> [WHAT TO PRODUCE]: Using the entries that follow, write out the line containing "f 163 161 117", the line containing "f 37 105 38", and every line between them, exactly and nothing else.

[Saved entries]
╭──
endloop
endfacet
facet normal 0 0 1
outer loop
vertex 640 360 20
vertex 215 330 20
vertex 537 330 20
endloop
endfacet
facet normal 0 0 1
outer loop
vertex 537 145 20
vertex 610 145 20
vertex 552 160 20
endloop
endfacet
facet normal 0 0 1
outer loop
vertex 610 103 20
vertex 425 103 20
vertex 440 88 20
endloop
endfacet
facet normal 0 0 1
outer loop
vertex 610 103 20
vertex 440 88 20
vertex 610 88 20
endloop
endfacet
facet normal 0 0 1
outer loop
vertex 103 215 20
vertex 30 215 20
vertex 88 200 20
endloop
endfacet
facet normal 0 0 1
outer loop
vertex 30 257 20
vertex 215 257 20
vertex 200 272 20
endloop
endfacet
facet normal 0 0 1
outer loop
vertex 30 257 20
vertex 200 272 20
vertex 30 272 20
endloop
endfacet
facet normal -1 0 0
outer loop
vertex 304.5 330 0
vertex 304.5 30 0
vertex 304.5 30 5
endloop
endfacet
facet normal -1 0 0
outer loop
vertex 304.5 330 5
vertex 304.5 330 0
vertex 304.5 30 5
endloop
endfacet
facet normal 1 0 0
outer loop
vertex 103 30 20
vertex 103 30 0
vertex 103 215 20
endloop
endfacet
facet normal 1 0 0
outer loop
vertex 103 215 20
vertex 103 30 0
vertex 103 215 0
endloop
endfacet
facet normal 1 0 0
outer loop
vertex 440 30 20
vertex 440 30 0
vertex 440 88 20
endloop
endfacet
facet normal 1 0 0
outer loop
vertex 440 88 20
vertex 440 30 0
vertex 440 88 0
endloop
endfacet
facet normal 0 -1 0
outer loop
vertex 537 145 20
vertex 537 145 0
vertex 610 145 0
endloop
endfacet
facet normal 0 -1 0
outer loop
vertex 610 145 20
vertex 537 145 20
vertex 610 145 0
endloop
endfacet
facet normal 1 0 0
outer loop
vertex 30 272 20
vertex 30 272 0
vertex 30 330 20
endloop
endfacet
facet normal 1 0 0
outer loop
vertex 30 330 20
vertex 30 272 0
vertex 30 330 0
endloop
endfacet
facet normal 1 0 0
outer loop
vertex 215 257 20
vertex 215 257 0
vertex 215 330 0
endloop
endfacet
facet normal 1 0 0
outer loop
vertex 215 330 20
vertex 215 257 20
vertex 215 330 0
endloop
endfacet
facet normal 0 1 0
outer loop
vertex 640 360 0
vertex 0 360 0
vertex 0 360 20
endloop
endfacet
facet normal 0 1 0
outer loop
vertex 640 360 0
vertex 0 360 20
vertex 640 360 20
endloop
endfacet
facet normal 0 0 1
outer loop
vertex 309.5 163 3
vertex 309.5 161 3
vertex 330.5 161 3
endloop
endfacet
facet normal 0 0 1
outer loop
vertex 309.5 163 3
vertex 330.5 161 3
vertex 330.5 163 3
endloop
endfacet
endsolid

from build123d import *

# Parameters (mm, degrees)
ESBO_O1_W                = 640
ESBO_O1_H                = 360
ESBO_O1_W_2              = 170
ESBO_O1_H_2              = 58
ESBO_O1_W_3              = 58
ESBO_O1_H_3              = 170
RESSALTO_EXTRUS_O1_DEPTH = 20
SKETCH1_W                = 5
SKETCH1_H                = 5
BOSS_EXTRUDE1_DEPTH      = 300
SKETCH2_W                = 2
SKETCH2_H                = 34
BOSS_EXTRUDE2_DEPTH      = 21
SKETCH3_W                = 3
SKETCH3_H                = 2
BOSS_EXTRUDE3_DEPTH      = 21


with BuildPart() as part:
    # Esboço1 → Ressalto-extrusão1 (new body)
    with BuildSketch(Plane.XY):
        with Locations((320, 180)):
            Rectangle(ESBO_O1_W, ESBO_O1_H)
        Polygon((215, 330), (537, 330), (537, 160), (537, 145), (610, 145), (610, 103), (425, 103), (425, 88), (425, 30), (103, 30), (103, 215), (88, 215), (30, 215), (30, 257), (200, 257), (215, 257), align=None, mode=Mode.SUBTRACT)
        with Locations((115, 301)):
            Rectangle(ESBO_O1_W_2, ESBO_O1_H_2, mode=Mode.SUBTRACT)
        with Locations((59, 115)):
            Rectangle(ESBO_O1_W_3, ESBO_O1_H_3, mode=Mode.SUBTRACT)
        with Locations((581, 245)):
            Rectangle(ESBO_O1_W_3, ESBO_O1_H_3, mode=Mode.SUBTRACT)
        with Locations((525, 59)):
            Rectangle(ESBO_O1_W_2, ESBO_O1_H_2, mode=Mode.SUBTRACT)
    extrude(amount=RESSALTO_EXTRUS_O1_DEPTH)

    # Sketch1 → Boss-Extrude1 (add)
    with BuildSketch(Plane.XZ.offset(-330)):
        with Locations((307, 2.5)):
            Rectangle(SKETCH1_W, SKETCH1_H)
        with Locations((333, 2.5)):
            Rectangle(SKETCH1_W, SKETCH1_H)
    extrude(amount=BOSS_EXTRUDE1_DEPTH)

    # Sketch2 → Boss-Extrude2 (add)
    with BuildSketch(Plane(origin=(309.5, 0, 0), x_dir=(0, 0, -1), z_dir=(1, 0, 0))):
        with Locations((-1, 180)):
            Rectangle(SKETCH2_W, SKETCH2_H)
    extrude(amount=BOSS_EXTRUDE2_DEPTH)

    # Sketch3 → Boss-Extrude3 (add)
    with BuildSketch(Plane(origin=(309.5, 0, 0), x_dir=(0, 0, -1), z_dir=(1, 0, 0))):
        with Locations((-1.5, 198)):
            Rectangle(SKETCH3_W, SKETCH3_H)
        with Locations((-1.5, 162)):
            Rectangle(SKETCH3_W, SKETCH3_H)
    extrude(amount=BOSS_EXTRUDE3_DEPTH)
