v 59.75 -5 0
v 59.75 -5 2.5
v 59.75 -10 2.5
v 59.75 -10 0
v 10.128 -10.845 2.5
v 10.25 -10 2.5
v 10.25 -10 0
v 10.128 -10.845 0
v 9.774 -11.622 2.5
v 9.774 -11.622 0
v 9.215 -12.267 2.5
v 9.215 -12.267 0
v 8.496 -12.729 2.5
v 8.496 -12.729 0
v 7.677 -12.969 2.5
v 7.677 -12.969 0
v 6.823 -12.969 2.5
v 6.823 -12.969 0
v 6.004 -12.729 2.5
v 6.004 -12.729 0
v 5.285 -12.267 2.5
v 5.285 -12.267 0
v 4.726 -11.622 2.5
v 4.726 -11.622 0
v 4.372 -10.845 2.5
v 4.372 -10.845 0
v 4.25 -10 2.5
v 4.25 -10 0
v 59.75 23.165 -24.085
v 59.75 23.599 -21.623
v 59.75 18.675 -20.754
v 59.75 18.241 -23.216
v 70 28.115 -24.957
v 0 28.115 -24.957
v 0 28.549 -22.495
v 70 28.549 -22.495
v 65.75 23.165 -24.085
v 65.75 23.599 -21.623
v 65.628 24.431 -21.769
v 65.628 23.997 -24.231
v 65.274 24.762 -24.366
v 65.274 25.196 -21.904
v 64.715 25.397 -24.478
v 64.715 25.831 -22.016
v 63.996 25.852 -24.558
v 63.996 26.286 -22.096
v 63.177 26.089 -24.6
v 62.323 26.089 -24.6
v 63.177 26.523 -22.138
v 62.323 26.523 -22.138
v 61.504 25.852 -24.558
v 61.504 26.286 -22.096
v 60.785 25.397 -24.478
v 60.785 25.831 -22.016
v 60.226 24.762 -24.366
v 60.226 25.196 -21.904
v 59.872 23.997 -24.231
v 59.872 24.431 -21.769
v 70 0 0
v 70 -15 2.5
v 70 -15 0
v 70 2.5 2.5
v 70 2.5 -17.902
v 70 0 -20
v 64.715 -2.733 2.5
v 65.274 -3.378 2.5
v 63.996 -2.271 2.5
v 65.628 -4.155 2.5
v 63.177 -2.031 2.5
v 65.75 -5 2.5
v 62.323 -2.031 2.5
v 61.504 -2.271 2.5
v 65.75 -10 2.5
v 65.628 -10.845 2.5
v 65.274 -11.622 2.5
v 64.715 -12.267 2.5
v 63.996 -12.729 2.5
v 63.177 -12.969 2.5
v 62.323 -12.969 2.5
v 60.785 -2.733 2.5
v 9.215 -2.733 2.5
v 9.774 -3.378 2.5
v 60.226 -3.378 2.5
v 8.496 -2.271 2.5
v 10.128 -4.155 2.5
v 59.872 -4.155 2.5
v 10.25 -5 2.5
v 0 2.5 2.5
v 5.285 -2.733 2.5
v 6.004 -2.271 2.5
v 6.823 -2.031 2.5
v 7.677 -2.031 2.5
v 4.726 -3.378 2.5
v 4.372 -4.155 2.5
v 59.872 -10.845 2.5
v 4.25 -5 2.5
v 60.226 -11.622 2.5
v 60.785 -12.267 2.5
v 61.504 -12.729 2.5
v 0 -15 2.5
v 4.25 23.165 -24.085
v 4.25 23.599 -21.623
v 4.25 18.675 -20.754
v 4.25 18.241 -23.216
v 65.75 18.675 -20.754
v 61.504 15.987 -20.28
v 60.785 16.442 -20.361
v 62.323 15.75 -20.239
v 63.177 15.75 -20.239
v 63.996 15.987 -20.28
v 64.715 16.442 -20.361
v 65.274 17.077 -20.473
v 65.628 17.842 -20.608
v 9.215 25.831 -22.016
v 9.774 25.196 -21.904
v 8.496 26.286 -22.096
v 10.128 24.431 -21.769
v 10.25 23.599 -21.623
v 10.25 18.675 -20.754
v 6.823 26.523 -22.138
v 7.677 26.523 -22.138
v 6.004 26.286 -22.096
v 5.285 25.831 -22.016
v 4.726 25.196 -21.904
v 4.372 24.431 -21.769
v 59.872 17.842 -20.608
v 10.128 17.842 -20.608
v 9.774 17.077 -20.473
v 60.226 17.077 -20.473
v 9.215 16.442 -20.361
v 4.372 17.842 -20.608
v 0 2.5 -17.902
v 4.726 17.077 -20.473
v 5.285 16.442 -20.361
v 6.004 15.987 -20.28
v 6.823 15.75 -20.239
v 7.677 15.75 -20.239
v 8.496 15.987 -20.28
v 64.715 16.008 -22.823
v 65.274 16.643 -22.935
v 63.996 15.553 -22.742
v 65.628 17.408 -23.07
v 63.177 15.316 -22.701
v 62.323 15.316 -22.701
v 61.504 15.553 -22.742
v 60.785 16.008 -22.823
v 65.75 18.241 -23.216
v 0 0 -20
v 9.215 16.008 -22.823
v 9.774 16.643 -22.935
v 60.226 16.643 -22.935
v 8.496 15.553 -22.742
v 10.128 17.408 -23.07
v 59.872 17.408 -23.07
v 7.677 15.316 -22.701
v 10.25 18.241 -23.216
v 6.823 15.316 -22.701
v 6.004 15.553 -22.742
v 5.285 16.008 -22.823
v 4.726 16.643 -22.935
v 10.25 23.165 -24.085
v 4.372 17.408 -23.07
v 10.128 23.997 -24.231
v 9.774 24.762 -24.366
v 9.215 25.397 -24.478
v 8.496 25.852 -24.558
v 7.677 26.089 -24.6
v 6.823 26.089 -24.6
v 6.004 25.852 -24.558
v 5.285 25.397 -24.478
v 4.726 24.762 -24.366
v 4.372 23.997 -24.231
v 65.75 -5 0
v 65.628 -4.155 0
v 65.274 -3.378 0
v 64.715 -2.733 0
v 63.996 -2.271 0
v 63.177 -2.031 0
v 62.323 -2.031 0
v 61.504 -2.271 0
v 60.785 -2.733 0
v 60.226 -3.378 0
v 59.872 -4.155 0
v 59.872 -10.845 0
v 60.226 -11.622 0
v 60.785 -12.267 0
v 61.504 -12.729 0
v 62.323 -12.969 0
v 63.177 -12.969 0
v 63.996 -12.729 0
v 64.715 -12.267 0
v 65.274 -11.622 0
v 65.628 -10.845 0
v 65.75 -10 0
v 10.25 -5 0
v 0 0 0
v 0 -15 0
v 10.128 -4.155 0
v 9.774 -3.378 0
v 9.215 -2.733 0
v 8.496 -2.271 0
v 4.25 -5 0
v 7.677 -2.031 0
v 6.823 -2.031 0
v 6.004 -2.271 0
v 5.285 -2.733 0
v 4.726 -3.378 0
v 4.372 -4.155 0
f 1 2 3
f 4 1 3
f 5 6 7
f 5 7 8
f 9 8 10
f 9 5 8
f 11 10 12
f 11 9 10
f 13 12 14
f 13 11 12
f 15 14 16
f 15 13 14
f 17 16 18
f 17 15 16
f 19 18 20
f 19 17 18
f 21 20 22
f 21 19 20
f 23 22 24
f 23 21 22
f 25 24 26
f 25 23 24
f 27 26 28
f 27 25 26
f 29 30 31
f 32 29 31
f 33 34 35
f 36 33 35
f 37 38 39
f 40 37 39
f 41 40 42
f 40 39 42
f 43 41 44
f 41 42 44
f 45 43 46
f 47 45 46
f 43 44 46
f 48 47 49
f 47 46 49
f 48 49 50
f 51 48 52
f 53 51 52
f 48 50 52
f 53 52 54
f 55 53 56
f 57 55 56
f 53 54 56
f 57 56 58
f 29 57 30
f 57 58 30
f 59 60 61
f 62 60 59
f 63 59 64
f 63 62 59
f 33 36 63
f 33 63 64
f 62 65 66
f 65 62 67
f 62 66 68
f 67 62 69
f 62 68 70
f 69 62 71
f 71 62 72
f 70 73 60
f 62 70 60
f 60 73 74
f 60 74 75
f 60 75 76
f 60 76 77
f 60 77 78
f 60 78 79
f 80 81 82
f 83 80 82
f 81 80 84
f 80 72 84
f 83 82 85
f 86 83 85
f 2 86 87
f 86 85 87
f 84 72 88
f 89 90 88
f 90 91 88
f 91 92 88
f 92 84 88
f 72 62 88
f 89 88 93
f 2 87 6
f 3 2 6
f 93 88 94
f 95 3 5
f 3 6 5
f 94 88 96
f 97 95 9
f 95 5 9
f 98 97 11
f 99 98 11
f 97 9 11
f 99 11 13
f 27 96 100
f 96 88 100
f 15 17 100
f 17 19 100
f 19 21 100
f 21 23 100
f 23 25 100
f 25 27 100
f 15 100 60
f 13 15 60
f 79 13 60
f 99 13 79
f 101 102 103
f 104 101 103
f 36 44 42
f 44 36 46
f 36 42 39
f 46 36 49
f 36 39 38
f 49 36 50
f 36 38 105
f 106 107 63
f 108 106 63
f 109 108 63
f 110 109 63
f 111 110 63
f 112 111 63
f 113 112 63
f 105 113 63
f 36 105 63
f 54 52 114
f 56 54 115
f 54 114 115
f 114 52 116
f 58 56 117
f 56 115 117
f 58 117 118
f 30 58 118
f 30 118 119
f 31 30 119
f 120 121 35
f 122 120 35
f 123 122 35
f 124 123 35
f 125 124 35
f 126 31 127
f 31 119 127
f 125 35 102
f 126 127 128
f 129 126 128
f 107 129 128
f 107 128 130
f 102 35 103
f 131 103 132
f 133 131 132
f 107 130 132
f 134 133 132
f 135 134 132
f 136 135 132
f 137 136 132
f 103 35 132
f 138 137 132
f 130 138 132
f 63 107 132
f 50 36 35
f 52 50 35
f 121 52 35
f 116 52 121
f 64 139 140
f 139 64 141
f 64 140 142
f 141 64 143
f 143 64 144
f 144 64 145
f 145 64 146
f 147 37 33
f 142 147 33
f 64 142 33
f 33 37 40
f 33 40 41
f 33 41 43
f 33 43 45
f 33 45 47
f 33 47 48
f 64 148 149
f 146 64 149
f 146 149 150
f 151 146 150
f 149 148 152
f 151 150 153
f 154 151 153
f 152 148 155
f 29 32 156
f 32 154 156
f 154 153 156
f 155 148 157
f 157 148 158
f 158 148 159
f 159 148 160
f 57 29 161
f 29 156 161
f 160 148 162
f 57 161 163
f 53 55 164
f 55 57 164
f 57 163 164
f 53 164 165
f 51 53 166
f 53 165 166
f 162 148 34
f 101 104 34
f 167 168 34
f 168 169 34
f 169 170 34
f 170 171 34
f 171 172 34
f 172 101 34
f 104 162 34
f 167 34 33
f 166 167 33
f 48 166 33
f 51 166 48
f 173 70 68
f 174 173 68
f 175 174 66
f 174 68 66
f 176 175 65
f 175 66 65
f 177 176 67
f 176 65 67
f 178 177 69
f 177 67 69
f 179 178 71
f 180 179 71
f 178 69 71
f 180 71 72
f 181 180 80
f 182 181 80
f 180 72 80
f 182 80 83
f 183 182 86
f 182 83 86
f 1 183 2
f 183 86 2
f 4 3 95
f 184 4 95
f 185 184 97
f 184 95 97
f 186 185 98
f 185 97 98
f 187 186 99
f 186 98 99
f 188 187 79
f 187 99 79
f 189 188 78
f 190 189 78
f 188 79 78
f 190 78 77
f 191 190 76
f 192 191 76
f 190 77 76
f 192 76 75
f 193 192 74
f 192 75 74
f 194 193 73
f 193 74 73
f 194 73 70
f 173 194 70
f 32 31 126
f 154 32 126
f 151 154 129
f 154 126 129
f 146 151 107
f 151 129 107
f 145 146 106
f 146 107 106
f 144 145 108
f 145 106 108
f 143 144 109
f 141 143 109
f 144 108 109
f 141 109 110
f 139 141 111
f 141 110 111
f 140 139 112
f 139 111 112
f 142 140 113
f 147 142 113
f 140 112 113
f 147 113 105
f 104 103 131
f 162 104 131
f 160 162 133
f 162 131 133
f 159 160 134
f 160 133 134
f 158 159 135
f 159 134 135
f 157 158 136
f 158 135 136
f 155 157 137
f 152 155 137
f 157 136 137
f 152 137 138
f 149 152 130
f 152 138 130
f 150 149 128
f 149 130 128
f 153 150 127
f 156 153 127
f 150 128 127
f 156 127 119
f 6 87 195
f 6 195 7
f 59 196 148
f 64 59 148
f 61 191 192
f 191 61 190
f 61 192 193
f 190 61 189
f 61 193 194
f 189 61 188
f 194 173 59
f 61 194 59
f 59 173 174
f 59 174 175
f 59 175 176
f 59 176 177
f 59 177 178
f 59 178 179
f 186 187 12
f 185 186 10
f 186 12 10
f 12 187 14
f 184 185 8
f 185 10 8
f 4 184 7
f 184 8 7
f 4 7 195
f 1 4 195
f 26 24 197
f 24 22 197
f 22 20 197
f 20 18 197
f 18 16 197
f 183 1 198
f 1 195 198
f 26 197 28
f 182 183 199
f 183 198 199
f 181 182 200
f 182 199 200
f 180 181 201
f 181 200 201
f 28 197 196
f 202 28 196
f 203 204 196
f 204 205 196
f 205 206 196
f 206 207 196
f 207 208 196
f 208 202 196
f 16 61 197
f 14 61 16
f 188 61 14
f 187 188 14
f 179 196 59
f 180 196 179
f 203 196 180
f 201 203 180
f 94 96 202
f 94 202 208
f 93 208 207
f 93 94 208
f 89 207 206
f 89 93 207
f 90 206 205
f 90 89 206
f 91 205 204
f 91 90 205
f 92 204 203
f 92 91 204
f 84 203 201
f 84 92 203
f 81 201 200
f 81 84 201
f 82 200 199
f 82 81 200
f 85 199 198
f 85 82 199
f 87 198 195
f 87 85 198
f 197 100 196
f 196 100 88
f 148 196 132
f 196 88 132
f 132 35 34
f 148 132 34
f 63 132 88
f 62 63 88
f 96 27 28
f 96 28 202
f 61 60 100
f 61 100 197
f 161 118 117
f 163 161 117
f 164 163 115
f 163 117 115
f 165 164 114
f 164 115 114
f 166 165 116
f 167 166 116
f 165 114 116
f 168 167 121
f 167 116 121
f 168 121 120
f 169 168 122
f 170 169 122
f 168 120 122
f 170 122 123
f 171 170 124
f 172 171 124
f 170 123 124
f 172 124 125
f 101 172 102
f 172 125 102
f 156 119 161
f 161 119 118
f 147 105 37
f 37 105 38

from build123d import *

# Parameters (mm, degrees)
EXTRUDE_1_DEPTH     = 70
CUT_EXTRUDE_1_DEPTH = 70
CUT_EXTRUDE_2_DEPTH = 10


with BuildPart() as part:
    # 草图1 → 凸台-拉伸1 (new body)
    with BuildSketch(Plane(origin=(0, 0, 0), x_dir=(0, 0, -1), z_dir=(1, 0, 0))):
        Polygon((0, 0), (20, 0), (24.957460038, 28.115152986), (22.495440656, 28.54927343), (17.902250922, 2.5), (-2.5, 2.5), (-2.5, -15), (0, -15), align=None)
    extrude(amount=EXTRUDE_1_DEPTH)

    # 草图2 → 切除-拉伸1 (cut)
    with BuildSketch(Plane.XY.offset(2.5)):
        with BuildLine():
            Line((4.25, -10), (4.25, -5))
            ThreePointArc((4.25, -5), (7.25, -2), (10.25, -5))
            Line((10.25, -5), (10.25, -10))
            ThreePointArc((10.25, -10), (7.25, -13), (4.25, -10))
        make_face()
        with BuildLine():
            Line((65.75, -10), (65.75, -5))
            ThreePointArc((65.75, -5), (62.75, -2), (59.75, -5))
            Line((59.75, -5), (59.75, -10))
            ThreePointArc((59.75, -10), (62.75, -13), (65.75, -10))
        make_face()
    extrude(amount=-CUT_EXTRUDE_1_DEPTH, mode=Mode.SUBTRACT)

    # 草图3 → 切除-拉伸2 (cut)
    with BuildSketch(Plane(origin=(0, -2.986080989, -16.934906825), x_dir=(1, 0, 0), z_dir=(0, 0.17364817766693397, 0.9848077530122076))):
        with BuildLine():
            Line((4.25, 26.994852841), (4.25, 21.994852841))
            ThreePointArc((4.25, 21.994852841), (7.25, 18.994852841), (10.25, 21.994852841))
            Line((10.25, 21.994852841), (10.25, 26.994852841))
            ThreePointArc((10.25, 26.994852841), (7.25, 29.994852841), (4.25, 26.994852841))
        make_face()
        with BuildLine():
            Line((59.75, 26.994852841), (59.75, 21.994852841))
            ThreePointArc((59.75, 21.994852841), (62.75, 18.994852841), (65.75, 21.994852841))
            Line((65.75, 21.994852841), (65.75, 26.994852841))
            ThreePointArc((65.75, 26.994852841), (62.75, 29.994852841), (59.75, 26.994852841))
        make_face()
    extrude(amount=-CUT_EXTRUDE_2_DEPTH, mode=Mode.SUBTRACT)


solid = part.part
╰──
> [ANSWER]:
f 163 161 117
f 164 163 115
f 163 117 115
f 165 164 114
f 164 115 114
f 166 165 116
f 167 166 116
f 165 114 116
f 168 167 121
f 167 116 121
f 168 121 120
f 169 168 122
f 170 169 122
f 168 120 122
f 170 122 123
f 171 170 124
f 172 171 124
f 170 123 124
f 172 124 125
f 101 172 102
f 172 125 102
f 156 119 161
f 161 119 118
f 147 105 37
f 37 105 38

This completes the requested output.